Usually, working out a protein’s structure and how it folds, with methods such as nuclear magnetic resonance and X-ray crystallography, can take years of laborious lab work per structure and require multi-million dollar specialised equipment.
Cracking the code of just one protein is often the work of an entire PhD.
DeepMind’s AlphaFold programme solves the issue by predicting the shape of many proteins and determining their highly accurate structures in mere days.
DeepMind researchers used a neural network system, trained with publicly available data from the Protein Data Bank an online database for the 3D structural data of large biological molecules.
CASP is a biannual competition for teams of researchers to test their protein structure prediction methods against. DeepMind has previously submitted iterations of AlphaFold to CASP, but its submission this year sets a new precedent for accuracy.
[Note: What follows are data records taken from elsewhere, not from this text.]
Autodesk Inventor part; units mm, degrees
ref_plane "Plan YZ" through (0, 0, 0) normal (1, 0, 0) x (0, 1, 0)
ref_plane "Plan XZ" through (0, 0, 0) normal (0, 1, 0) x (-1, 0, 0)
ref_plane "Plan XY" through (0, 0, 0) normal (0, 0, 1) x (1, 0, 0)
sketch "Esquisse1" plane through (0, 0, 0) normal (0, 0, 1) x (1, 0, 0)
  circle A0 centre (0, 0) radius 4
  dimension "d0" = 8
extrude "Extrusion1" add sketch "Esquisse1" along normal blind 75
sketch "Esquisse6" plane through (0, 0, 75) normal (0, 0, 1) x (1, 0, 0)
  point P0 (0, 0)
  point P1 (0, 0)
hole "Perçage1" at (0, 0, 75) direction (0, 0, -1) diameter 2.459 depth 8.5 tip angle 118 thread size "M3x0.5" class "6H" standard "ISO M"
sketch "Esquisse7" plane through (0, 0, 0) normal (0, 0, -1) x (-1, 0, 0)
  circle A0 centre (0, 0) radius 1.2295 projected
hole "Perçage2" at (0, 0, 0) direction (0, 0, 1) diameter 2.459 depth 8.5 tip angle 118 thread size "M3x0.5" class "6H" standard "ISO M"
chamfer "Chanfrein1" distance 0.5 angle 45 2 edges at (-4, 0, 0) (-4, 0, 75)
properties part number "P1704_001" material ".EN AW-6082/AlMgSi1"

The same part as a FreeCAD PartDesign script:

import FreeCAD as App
import Part
import Sketcher


def edges_at(feature, points):
    """Names of the edges that pass closest to the given points."""
    edges = feature.Shape.Edges
    near = lambda p: min(range(len(edges)), key=lambda i: edges[i].distToShape(Part.Vertex(*p))[0])
    return sorted({f"Edge{near(p) + 1}" for p in points})

doc = App.newDocument("Part")
body = doc.addObject("PartDesign::Body", "Body")

sketch1 = body.newObject("Sketcher::SketchObject", "Sketch")
sketch1.AttachmentSupport = (doc.getObject("XY_Plane"), [""])
sketch1.MapMode = "FlatFace"
sketch1.addGeometry(Part.Circle(App.Vector(0, 0, 0), App.Vector(0, 0, 1), 4), False)
sketch1.addConstraint(Sketcher.Constraint("Coincident", 0, 3, -1, 1))
sketch1.addConstraint(Sketcher.Constraint("Diameter", 0, 8.0))
pad1 = body.newObject("PartDesign::Pad", "Pad")
pad1.Profile = sketch1
pad1.Length = 75

sketch2 = body.newObject("Sketcher::SketchObject", "Sketch001")
sketch2.AttachmentSupport = (doc.getObject("XY_Plane"), [""])
sketch2.MapMode = "FlatFace"
sketch2.AttachmentOffset = App.Placement(App.Vector(0, 0, 75), App.Rotation())
sketch2.addGeometry(Part.Circle(App.Vector(0, 0, 0), App.Vector(0, 0, 1), 1.2), False)
sketch2.addConstraint(Sketcher.Constraint("Coincident", 0, 3, -1, 1))
sketch2.addConstraint(Sketcher.Constraint("Diameter", 0, 2.459))
doc.recompute()
hole = body.newObject("PartDesign::Hole", "Hole")
hole.Profile = sketch2
hole.ThreadType = "None"
hole.Diameter = 2.459
hole.DepthType = "Dimension"
hole.Depth = 8.5
hole.DrillPoint = "Angled"
hole.DrillPointAngle = 118

sketch3 = body.newObject("Sketcher::SketchObject", "Sketch002")
sketch3.AttachmentSupport = (doc.getObject("XY_Plane"), [""])
sketch3.MapMode = "FlatFace"
sketch3.addGeometry(Part.Circle(App.Vector(0, 0, 0), App.Vector(0, 0, 1), 1.2), False)
sketch3.addConstraint(Sketcher.Constraint("Coincident", 0, 3, -1, 1))
sketch3.addConstraint(Sketcher.Constraint("Diameter", 0, 2.459))
doc.recompute()
hole2 = body.newObject("PartDesign::Hole", "Hole001")
hole2.Profile = sketch3
hole2.ThreadType = "None"
hole2.Diameter = 2.459
hole2.DepthType = "Dimension"
hole2.Depth = 8.5
hole2.DrillPoint = "Angled"
hole2.DrillPointAngle = 118
hole2.Reversed = True
doc.recompute()

chamfer = body.newObject("PartDesign::Chamfer", "Chamfer")
chamfer.Base = (hole2, edges_at(hole2, [(-4, 0, 0), (-4, 0, 75)]))
chamfer.Size = 0.5

doc.recompute()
Even for the very hardest protein targets – those in the most challenging free-modelling category – AlphaFold had a median score of 87.0 GDT
Data from the Protein Data Bank consists of around 170,000 protein structures, including their shape and how they fold up.
The main metric used by CASP to measure the accuracy of predictions is the Global Distance Test (GDT) which ranges from 0 to 100.
GDT can be approximately thought of as the percentage of amino acid residues (beads in the protein chain) within a threshold distance from the correct position.
In the results from the 14th CASP assessment, AlphaFold was shown to achieve a average score of 92.4 GDT overall across all targets.
Even for the most complicated protein structures, AlphaFold achieved an average score of 87.
The predictions have an average margin of error of approximately 1.6 Angstroms, which is comparable to the width of an atom (or 0.1 of a nanometer).
The firm is perhaps best known for its AlphaGo AI program that beat a human professional Go player in a five-game match. Pictured, Go world champion Lee Sedol of South Korea seen ahead of the first game the Google DeepMind Challenge Match against Google’s AlphaGo programme in March 2016
Researchers behind the project say there is still more work to be done, including figuring out how multiple proteins form complexes and how they interact with DNA.
‘We’re optimistic about the impact AlphaFold can have on biological research and the wider world, and excited to collaborate with others to learn more about its potential in the years ahead,’ the firm said in a statement.
‘We’re exploring how best to provide broader access to the system in a scalable way.’
DeepMind, which was bought by Google in 2014, is planning to submit a paper detailing its system to a peer-reviewed journal to be scrutinised by the wider scientific community.